Also given they seem to own the buses, they could give the drivers a rooted
Android phone and get the data by reading the memory (or network traffic after
reading the TLS key from memory) of their running instance of Google Maps that
they are using to drive, which should be undetectable by Google.

------
fedorareis
While that seems like a good start it seems like you would want to supplement
that approach with the GTFS and GTFS-realtime feeds from transit agencies
where available.

Having worked for a company that provided transit software I am well aware
that GTFS-realtime data isn’t always accurate (especially the ETAs). But it
seems like combining their ETA estimate with yours and the scheduled arrival
time would be a reasonable approach. Or if you just started building a model
of the average speeds of the bus on each link using the GTFS-r speed and
location data you could probably build up a pretty good historical model of
the traffic flow between 2 stops at any given point during the day.
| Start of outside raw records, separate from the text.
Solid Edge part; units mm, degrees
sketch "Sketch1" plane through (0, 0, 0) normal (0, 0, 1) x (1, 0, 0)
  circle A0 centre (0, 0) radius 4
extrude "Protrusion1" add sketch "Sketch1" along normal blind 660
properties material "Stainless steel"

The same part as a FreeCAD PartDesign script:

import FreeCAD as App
import Part
import Sketcher

V = App.Vector
Q = App.Units.Quantity

doc = App.newDocument("Part")
params = doc.addObject("Spreadsheet::Sheet", "Params")
for row, (alias, value) in enumerate([
    ("sketch1_diameter", "8 mm"),
    ("pad1_length", "660 mm"),
], start=1):
    params.set(f"A{row}", alias)
    params.set(f"B{row}", "=" + value)
    params.setAlias(f"B{row}", alias)

body = doc.addObject("PartDesign::Body", "Body")

sketch1 = body.newObject("Sketcher::SketchObject", "Sketch")
sketch1.AttachmentSupport = (doc.getObject("XY_Plane"), [""])
sketch1.MapMode = "FlatFace"
sketch1.addGeometry(Part.Circle(V(0, 0, 0), V(0, 0, 1), 4), False)
sketch1.addConstraint([
    Sketcher.Constraint("Coincident", 0, 3, -1, 1),
    Sketcher.Constraint("Diameter", 0, Q("8 mm")),
])
sketch1.setExpression("Constraints[1]", "Params.sketch1_diameter")
pad1 = body.newObject("PartDesign::Pad", "Pad")
pad1.Profile = sketch1
pad1.setExpression("Length", "Params.pad1_length")

doc.recompute()
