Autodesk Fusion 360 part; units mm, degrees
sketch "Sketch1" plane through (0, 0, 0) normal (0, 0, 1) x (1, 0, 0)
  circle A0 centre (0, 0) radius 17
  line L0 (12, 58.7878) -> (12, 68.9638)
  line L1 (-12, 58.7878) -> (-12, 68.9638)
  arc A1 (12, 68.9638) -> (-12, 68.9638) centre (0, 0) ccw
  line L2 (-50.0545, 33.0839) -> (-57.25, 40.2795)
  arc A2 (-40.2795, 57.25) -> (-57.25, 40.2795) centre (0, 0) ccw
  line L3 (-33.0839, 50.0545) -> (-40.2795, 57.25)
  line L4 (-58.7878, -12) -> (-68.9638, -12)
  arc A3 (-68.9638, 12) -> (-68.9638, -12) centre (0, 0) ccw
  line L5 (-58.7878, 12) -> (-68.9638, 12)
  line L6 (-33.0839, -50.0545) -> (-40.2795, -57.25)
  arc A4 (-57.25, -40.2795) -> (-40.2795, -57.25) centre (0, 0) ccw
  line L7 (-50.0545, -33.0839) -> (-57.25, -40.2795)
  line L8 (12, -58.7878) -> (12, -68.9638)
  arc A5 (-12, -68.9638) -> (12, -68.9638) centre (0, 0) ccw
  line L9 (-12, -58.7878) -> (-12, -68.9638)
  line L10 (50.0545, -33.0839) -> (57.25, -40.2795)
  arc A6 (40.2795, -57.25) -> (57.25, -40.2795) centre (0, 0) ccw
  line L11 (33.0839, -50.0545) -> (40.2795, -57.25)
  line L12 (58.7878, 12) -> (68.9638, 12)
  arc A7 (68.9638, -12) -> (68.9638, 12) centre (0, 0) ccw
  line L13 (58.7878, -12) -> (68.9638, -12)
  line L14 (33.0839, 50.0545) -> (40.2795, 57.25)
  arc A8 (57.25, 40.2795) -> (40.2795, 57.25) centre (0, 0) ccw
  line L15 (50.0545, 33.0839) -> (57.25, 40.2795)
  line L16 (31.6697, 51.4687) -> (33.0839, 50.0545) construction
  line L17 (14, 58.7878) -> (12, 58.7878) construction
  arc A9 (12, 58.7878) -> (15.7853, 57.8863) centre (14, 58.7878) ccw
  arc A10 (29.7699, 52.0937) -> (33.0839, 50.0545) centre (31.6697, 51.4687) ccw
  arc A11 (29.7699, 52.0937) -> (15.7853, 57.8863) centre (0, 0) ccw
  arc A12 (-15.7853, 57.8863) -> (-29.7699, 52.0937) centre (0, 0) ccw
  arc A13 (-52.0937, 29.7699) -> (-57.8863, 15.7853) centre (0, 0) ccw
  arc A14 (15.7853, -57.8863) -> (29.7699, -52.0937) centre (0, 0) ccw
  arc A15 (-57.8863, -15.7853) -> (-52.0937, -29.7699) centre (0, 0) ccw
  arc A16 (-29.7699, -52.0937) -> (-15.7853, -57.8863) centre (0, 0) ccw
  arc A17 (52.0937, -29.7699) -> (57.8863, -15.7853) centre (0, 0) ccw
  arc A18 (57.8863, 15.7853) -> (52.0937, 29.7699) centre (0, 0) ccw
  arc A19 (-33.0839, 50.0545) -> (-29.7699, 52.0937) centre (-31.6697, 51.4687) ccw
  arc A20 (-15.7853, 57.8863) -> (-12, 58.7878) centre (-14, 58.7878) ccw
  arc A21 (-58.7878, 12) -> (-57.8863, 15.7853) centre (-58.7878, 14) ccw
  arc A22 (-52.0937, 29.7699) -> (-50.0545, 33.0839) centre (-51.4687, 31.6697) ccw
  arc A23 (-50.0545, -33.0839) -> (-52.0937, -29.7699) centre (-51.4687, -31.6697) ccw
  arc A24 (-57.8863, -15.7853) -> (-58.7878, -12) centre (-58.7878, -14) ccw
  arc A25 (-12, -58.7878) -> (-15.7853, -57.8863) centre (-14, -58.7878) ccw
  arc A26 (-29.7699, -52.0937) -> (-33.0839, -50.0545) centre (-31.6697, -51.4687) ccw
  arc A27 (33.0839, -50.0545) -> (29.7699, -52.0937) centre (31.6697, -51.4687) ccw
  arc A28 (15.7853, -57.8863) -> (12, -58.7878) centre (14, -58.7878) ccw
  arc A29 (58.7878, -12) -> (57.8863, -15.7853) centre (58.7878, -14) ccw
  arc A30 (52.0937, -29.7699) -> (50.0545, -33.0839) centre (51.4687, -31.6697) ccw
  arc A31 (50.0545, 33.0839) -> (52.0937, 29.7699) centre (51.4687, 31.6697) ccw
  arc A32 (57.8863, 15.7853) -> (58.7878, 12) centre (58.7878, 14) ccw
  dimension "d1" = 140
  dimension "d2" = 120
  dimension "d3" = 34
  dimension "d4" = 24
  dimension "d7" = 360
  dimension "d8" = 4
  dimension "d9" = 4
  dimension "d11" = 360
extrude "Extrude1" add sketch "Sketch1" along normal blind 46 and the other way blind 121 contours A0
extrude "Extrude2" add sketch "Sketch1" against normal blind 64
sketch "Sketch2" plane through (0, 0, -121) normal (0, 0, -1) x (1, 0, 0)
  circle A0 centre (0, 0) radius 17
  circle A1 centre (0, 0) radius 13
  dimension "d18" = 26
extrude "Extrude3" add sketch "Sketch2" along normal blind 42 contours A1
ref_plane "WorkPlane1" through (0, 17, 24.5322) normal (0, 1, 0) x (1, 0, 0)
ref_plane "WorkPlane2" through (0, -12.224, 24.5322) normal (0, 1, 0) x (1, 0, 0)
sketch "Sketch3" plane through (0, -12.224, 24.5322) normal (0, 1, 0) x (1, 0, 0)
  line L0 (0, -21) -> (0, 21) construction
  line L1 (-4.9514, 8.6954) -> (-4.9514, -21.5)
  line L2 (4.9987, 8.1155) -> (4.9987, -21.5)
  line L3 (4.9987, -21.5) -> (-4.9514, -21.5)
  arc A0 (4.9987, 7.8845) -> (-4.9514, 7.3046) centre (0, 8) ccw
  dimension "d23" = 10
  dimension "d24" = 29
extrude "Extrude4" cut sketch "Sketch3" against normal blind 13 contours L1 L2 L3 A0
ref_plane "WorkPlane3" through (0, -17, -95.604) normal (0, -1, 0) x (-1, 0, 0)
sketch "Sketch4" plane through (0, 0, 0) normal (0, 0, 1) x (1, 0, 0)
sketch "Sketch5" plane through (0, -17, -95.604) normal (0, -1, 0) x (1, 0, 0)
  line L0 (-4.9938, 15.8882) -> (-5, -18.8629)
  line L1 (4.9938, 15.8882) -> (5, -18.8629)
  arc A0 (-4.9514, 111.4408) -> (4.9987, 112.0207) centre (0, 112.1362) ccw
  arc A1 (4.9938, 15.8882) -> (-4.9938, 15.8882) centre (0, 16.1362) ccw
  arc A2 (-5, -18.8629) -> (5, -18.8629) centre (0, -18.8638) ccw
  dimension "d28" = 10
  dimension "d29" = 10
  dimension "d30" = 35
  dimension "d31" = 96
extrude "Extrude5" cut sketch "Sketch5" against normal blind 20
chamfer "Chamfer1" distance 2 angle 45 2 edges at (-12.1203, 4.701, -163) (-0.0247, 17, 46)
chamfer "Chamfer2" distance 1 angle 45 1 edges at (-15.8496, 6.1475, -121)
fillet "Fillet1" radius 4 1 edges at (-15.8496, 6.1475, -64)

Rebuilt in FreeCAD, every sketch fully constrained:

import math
import FreeCAD as App
import Part
import Sketcher


def edges_at(feature, points):
    """Names of the edges that pass closest to the given points."""
    edges = feature.Shape.Edges
    near = lambda p: min(range(len(edges)), key=lambda i: edges[i].distToShape(Part.Vertex(*p))[0])
    return sorted({f"Edge{near(p) + 1}" for p in points})

doc = App.newDocument("Part")
body = doc.addObject("PartDesign::Body", "Body")

sketch1 = doc.addObject("Sketcher::SketchObject", "Sketch")
body.addObject(sketch1)
sketch1.AttachmentSupport = (doc.XY_Plane, [""])
sketch1.MapMode = "FlatFace"
sketch1.addGeometry(Part.Circle(App.Vector(0, 0, 0), App.Vector(0, 0, 1), 17), False)
sketch1.addConstraint([
    Sketcher.Constraint("Coincident", 0, 3, -1, 1),
    Sketcher.Constraint("Diameter", 0, 34.0),
])
pad1 = doc.addObject("PartDesign::Pad", "Pad")
body.addObject(pad1)
pad1.Profile = sketch1
pad1.Type = "TwoLengths"
pad1.Length = 46
pad1.Length2 = 121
Yes, I am aware that scheduled times in transit can be meaningless. There are
a lot of factors that contribute to that from traffic to poor schedule
planning. They can however be a useful baseline estimate.

------
ankit219
I like the assumption made while the bus is between two stops but that could
be very inaccurate in a geography like Mumbai. I have seen your posters at one
of the metro stations and assume that you operate in the city. I feel the
biggest choke point in the city is the number of signals - around the metro
stations - and hence the uncertainties around timing before and after crossing
the signal. Traveling in a cab, this is where Google maps timing fails too by
about 5-10 minutes. Not a big deal as a customer, just a mildly interesting
titbit in my daily travel (before Corona)

One thing to look at given you would have everyday data is to see if there is
a pattern (if not already did it). Then you can suggest commuters to take the
bus now and save commute time v taking after 15 mins.

------
bluesign
This takes accuracy hit for sure, total time of route can be different than
the total time of segments. Especially if the route is long.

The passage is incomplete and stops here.